I woke up this morning the mother of a teenager, and I feel relieved.

Yes, time goes too fast. Yes, I cannot believe our oldest is 13 years old. BUT, despite all the times I’ve felt like I failed our son, he’s thrived for 13 years, and I can see the all those lessons we’ve taught him taking hold.

Today I’m patting myself on the back and high-fiving Craig. We’ve been parents for 13 years with no instruction manual or training detailing how to handle all the myriad of tasks and obstacles we’ve faced, and all is well. It’s not perfect, but I’m feeling ecstatic about who our teenager is and where he’s capable of going. I also feel annoyed at times because he’s a TEENAGER. That boy can drive me batty.

boys sitting in the grass smiling

Being the oldest isn’t easy. He isn’t getting my “A” game as a parent. Every milestone he reaches, is new for us. We’re doing this together. He’s had to teach me every step of the way as much as I’ve had to teach him. I’ve sensed him changing, filling with hormones, over the last few months. He watches us more closely. We’re his most constant example for how to be an adult. Most days I can’t believe I’m an adult and now I have this person watching me and taking notes. I want to do better for him. There’s a lot I have to learn about being an adult, and he’s going to help refine the person I am.

He seems more capable and worldly at 13 than I was at the same age. He’s responsible even though I tend to harp on him to be even more. He can be articulate. That teenage son of mine knows how to have a discussion with us and win. I’m proud of the young man he is and what the future holds for him.

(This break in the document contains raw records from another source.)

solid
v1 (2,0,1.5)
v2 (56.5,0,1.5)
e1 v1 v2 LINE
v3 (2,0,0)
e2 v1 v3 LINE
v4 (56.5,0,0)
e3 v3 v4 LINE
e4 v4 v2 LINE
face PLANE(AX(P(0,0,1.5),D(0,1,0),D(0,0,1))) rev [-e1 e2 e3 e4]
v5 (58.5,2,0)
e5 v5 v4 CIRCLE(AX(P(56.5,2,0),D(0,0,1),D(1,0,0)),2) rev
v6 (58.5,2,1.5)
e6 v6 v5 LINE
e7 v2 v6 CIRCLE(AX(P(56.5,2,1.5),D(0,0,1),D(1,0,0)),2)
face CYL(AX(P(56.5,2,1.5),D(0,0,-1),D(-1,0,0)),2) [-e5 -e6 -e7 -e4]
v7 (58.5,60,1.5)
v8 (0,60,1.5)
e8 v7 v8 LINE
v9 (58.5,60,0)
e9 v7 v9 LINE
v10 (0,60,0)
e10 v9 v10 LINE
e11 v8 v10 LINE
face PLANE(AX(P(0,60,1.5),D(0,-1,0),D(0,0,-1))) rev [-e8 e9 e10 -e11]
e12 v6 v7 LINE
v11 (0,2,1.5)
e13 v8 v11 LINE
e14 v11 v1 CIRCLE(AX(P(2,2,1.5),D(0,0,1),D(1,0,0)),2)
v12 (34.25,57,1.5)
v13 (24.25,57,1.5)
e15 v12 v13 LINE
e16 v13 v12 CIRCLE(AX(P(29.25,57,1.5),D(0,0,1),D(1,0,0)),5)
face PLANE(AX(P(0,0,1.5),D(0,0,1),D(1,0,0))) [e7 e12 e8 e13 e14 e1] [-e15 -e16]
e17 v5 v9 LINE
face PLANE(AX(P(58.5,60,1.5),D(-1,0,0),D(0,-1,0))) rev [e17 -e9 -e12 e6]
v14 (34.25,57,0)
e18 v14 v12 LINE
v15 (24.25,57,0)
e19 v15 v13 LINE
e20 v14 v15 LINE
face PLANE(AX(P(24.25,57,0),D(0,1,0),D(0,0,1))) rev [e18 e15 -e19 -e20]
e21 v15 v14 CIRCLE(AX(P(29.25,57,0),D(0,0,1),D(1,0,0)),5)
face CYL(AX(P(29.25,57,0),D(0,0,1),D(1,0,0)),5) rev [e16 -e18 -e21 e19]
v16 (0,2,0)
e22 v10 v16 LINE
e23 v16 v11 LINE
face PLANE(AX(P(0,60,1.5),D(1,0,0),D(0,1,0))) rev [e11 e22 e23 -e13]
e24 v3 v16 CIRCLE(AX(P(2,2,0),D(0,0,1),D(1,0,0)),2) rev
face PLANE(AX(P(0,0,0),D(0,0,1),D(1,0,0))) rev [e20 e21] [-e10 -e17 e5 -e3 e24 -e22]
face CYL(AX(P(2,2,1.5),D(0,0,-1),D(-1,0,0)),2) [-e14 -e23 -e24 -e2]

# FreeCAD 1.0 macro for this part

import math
import FreeCAD as App
import Part
import Sketcher

V = App.Vector
Q = App.Units.Quantity


def edges_at(feature, points):
    """Names of the edges that pass closest to the given points."""
    edges = feature.Shape.Edges
    near = lambda p: min(range(len(edges)), key=lambda i: edges[i].distToShape(Part.Vertex(*p))[0])
    return sorted({f"Edge{near(p) + 1}" for p in points})


def add_polygon(sketch, points):
    """Adds a closed chain of lines whose ends are joined by coincident constraints."""
    first, n = sketch.GeometryCount, len(points)
    for a, b in zip(points, points[1:] + points[:1]):
        sketch.addGeometry(Part.LineSegment(App.Vector(*a, 0), App.Vector(*b, 0)), False)
    for i in range(n):
        sketch.addConstraint(Sketcher.Constraint("Coincident", first + i, 2, first + (i + 1) % n, 1))

doc = App.newDocument("Part")
body = doc.addObject("PartDesign::Body", "Body")

# Sketch on XY plane
sketch1 = body.newObject("Sketcher::SketchObject", "Sketch")
sketch1.AttachmentSupport = (doc.getObject("XY_Plane"), [""])
sketch1.MapMode = "FlatFace"
add_polygon(sketch1, [(0, 60), (0, 0), (58, 0), (58, 60)])  # lines 0-3
sketch1.addConstraint(Sketcher.Constraint("Vertical", 0))
sketch1.addConstraint(Sketcher.Constraint("Horizontal", 1))
sketch1.addConstraint(Sketcher.Constraint("Vertical", 2))
sketch1.addConstraint(Sketcher.Constraint("Horizontal", 3))
sketch1.addConstraint(Sketcher.Constraint("Coincident", 0, 2, -1, 1))
sketch1.addConstraint(Sketcher.Constraint("DistanceY", 0, 2, 0, 1, Q("60 mm")))
sketch1.addConstraint(Sketcher.Constraint("DistanceX", 1, 1, 1, 2, Q("58.5 mm")))
pad1 = body.newObject("PartDesign::Pad", "Pad")
pad1.Profile = sketch1
pad1.Length = 1.5
doc.recompute()

fillet = body.newObject("PartDesign::Fillet", "Fillet")
fillet.Base = (pad1, edges_at(pad1, [(58.5, 0, 0.75), (0, 0, 0.75)]))
fillet.Radius = 2

# Sketch on XY plane
sketch2 = body.newObject("Sketcher::SketchObject", "Sketch001")
sketch2.AttachmentSupport = (doc.getObject("XY_Plane"), [""])
sketch2.MapMode = "FlatFace"
sketch2.AttachmentOffset = App.Placement(V(0, 0, 1.5), App.Rotation())
sketch2.addGeometry(Part.LineSegment(V(34, 57, 0), V(24, 57, 0)), False)
sketch2.addGeometry(Part.ArcOfCircle(Part.Circle(V(29, 57, 0), V(0, 0, 1), 5), math.radians(180), math.radians(360)), False)
sketch2.addConstraint(Sketcher.Constraint("Coincident", 0, 1, 1, 2))
sketch2.addConstraint(Sketcher.Constraint("Coincident", 1, 1, 0, 2))
sketch2.addConstraint(Sketcher.Constraint("Horizontal", 0))
sketch2.addConstraint(Sketcher.Constraint("Horizontal", 1, 3, 0, 1))
sketch2.addConstraint(Sketcher.Constraint("Radius", 1, Q("5 mm")))
sketch2.addConstraint(Sketcher.Constraint("DistanceY", -1, 1, 1, 3, Q("57 mm")))
sketch2.addConstraint(Sketcher.Constraint("DistanceX", -1, 1, 1, 3, Q("29.25 mm")))
pocket1 = body.newObject("PartDesign::Pocket", "Pocket")
pocket1.Profile = sketch2
pocket1.Type = "ThroughAll"

doc.recompute()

I’m sure my mild-mannered teen will one day raise his voice or slam a door. I’ve been known to throw an adult-sized tantrum myself. Each stage of childhood has had its challenges, and I know the teen years hold some whoppers of their own. I won’t say I’m prepared because I most certainly am not. I’m approaching the teen years differently than I thought. I’m excited about this boy we’re raising and not near as wary.